Analysis: A wilful defaulter proceeding is meant to disseminate credit information and caution lenders, not to recover the corporate debtor's assets, and therefore it does not fall within the mischief of the moratorium under Section 14 of the Insolvency and Bankruptcy Code, 2016. The moratorium protects the corporate debtor, while Section 14(3)(b) excludes a surety in a contract of guarantee from its sweep.

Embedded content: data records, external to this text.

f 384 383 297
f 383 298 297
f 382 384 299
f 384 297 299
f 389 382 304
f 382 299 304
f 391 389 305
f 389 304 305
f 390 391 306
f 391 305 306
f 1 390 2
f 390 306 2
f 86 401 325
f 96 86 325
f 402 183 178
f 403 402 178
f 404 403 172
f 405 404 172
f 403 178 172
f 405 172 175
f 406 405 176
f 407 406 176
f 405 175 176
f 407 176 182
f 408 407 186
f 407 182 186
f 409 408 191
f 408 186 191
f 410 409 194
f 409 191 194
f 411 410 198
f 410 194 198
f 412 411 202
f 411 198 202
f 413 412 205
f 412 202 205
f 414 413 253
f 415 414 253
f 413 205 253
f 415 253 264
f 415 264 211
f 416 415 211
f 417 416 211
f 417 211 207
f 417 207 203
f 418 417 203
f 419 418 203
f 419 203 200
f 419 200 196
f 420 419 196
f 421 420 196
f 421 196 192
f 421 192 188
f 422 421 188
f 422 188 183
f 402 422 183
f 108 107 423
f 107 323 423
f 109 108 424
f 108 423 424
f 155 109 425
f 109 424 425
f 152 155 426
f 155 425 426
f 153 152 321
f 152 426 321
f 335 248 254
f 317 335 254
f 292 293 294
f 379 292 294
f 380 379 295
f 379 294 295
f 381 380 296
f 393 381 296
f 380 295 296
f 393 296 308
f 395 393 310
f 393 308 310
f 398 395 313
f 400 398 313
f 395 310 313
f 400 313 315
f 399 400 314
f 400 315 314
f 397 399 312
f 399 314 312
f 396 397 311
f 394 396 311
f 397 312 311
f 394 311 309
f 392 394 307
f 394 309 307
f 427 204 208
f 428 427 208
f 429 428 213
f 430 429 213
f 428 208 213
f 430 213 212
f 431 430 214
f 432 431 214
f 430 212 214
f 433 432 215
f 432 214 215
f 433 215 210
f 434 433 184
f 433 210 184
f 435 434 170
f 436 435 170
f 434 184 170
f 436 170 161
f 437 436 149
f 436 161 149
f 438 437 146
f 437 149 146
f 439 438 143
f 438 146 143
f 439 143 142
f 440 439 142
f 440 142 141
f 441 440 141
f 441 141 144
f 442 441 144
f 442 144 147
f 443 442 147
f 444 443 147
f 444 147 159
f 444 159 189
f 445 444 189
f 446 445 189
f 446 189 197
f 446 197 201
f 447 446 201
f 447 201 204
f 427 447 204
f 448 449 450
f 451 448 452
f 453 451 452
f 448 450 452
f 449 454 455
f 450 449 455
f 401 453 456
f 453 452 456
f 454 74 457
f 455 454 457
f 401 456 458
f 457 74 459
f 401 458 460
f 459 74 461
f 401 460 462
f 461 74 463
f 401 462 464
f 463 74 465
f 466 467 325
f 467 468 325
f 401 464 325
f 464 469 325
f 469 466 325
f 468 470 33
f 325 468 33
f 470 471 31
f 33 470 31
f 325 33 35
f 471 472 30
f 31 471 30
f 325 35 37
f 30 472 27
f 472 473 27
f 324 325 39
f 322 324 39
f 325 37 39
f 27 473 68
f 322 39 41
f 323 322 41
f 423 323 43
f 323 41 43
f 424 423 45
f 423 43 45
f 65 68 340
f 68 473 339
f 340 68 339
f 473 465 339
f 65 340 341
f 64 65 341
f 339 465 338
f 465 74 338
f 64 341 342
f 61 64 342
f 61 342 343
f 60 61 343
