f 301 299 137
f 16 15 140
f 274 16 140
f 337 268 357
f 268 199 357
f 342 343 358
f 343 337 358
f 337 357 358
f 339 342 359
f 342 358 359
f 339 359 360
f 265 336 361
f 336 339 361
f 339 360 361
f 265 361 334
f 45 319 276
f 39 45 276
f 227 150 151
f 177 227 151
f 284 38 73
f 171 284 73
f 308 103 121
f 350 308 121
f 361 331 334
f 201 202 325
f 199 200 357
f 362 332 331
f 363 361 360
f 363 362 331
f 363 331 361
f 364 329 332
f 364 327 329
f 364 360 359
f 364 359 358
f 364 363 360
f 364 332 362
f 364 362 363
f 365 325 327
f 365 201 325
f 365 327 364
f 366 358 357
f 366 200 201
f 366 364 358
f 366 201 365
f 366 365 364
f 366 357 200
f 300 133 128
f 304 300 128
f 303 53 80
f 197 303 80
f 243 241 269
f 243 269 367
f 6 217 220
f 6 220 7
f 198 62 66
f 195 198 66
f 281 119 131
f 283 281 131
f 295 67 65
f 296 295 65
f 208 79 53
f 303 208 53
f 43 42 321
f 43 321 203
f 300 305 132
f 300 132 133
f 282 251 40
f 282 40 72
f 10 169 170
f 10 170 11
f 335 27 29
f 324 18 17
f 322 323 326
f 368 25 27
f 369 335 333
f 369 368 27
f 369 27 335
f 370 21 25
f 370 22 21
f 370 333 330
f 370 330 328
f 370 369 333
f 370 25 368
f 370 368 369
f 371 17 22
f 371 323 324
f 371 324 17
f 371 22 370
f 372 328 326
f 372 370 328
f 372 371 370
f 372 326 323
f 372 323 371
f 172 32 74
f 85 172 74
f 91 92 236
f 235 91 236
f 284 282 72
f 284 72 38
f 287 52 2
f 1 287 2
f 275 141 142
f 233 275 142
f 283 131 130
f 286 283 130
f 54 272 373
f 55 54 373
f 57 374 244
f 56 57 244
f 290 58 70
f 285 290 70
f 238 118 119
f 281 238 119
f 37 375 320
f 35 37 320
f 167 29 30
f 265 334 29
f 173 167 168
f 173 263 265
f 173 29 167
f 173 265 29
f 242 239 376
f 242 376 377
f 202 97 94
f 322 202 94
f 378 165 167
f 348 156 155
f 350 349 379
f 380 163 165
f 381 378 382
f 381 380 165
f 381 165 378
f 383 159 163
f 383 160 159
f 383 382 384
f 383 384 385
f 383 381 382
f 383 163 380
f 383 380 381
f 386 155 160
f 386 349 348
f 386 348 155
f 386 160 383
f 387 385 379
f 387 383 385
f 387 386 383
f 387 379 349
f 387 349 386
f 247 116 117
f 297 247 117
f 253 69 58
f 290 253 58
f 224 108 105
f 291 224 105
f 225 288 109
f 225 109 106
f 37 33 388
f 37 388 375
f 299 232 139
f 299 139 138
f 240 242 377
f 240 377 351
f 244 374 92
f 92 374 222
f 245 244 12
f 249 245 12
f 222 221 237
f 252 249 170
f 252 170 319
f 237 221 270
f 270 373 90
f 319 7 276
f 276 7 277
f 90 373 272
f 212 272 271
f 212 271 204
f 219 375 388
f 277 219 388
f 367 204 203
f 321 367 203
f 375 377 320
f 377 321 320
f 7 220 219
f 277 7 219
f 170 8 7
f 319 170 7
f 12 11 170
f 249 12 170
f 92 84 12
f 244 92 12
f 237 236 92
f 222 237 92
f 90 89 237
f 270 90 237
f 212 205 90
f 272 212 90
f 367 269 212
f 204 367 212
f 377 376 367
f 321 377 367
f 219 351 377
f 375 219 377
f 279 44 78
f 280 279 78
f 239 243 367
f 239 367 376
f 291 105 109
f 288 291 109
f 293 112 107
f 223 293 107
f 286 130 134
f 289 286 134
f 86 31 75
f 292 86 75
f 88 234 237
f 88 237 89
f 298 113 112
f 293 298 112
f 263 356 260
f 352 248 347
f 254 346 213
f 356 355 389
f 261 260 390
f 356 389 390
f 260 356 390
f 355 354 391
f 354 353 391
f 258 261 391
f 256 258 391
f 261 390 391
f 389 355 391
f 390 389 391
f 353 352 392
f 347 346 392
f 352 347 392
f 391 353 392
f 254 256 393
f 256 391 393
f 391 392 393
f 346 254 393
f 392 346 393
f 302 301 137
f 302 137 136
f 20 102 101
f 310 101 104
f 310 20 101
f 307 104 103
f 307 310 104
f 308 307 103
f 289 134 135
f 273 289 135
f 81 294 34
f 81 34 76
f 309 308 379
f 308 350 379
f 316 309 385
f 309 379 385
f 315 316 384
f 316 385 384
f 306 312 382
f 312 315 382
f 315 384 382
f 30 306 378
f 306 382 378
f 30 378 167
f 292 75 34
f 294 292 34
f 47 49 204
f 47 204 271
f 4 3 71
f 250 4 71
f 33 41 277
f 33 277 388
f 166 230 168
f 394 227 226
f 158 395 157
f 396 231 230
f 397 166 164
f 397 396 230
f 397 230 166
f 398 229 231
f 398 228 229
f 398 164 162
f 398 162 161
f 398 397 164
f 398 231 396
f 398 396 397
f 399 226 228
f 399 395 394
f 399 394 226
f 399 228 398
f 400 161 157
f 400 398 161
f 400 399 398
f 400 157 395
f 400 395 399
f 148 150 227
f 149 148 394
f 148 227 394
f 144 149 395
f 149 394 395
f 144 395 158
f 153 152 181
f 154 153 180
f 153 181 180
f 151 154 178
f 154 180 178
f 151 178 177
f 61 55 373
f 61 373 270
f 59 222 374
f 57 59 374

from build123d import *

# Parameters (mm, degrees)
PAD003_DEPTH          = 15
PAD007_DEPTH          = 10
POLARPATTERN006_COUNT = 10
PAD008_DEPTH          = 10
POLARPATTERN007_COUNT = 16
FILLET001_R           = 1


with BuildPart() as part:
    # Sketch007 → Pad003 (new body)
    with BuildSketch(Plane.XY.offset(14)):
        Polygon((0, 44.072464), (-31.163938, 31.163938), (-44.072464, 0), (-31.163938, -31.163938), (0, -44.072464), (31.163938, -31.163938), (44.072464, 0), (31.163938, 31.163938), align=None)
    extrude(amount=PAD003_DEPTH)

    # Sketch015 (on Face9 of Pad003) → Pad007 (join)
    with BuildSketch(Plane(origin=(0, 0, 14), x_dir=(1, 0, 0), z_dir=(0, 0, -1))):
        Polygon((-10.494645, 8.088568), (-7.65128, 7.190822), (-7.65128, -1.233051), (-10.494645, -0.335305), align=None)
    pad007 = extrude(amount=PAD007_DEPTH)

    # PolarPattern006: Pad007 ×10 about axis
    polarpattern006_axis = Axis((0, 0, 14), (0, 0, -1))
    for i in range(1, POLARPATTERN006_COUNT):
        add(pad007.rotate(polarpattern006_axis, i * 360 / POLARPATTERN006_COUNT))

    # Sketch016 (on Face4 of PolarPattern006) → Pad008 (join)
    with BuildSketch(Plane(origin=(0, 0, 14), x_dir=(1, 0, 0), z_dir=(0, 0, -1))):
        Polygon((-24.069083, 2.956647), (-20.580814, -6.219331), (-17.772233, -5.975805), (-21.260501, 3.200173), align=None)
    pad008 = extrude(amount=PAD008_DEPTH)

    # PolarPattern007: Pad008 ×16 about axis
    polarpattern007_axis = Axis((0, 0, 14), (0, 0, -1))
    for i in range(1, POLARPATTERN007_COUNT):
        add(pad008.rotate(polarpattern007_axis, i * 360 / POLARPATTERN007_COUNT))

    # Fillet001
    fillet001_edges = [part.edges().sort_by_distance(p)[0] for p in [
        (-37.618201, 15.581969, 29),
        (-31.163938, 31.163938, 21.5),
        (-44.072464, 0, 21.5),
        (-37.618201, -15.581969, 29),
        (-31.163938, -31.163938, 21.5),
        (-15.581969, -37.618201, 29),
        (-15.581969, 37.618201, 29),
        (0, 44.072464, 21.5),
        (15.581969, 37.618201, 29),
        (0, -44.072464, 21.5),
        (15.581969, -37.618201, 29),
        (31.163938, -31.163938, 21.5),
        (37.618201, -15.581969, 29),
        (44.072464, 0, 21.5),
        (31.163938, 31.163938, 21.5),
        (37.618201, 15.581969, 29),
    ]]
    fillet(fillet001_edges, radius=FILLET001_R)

The petitioner, being in charge of the company's affairs during the relevant period, could be treated as an officer in default, and the pendency of insolvency resolution, an unapproved resolution plan, or an incomplete one-time settlement did not erase the alleged wilful default.
Conclusion: The Insolvency and Bankruptcy Code did not bar the impugned wilful defaulter proceedings, and the petitioner's objections fail.
Final Conclusion: The Court upheld the legality of the impugned show-cause notices and declined to interfere at this stage, leaving the merits of the wilful defaulter declaration to be decided in the pending proceedings.
Ratio Decidendi: A wilful defaulter proceeding, being a credit-dissemination measure and not a recovery action, is not barred by the moratorium under Section 14 of the Insolvency and Bankruptcy Code, 2016, and a person who was in control of the corporate debtor during the relevant default may still be proceeded against notwithstanding pending insolvency resolution.